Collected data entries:
Content starts

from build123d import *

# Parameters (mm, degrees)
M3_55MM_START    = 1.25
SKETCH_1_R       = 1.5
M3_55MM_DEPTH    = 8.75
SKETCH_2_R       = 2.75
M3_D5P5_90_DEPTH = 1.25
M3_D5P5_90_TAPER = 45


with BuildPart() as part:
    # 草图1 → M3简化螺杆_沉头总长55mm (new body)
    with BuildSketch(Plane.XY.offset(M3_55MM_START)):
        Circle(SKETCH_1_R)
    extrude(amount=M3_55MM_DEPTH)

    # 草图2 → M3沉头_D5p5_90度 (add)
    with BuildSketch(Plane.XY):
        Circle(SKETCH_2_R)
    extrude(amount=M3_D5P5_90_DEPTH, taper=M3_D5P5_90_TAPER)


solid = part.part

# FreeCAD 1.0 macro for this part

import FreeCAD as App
import Part
import Sketcher
Q = App.Units.Quantity

doc = App.newDocument("Part")
body = doc.addObject("PartDesign::Body", "Body")

# Sketch on XY plane
sketch1 = body.newObject("Sketcher::SketchObject", "Sketch")
sketch1.AttachmentSupport = (doc.getObject("XY_Plane"), [""])
sketch1.MapMode = "FlatFace"
sketch1.AttachmentOffset = App.Placement(App.Vector(0, 0, 1.25), App.Rotation())
sketch1.addGeometry(Part.Circle(App.Vector(0, 0, 0), App.Vector(0, 0, 1), 1.5), False)
sketch1.addConstraint([
    Sketcher.Constraint("Coincident", 0, 3, -1, 1),
    Sketcher.Constraint("Diameter", 0, Q("3 mm")),
])
pad1 = body.newObject("PartDesign::Pad", "Pad")
pad1.Profile = sketch1
pad1.Length = 8.75

# Sketch on XY plane
sketch2 = body.newObject("Sketcher::SketchObject", "Sketch001")
sketch2.AttachmentSupport = (doc.getObject("XY_Plane"), [""])
sketch2.MapMode = "FlatFace"
sketch2.addGeometry(Part.Circle(App.Vector(0, 0, 0), App.Vector(0, 0, 1), 2.75), False)
sketch2.addConstraint([
    Sketcher.Constraint("Coincident", 0, 3, -1, 1),
    Sketcher.Constraint("Diameter", 0, Q("5.5 mm")),
])
pad2 = body.newObject("PartDesign::Pad", "Pad001")
pad2.Profile = sketch2
pad2.Length = 1.25
pad2.TaperAngle = -45

doc.recompute()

Content ends

__Required action__: What is needed is a verbatim copy of every line in the records above from the one containing "# Parameters (mm, degrees)" down to the one containing "# 草图1 → M3简化螺杆_沉头总长55mm (new body)", both included, and nothing more.

__Finished exercise__:
# Parameters (mm, degrees)
M3_55MM_START    = 1.25
SKETCH_1_R       = 1.5
M3_55MM_DEPTH    = 8.75
SKETCH_2_R       = 2.75
M3_D5P5_90_DEPTH = 1.25
M3_D5P5_90_TAPER = 45


with BuildPart() as part:
    # 草图1 → M3简化螺杆_沉头总长55mm (new body)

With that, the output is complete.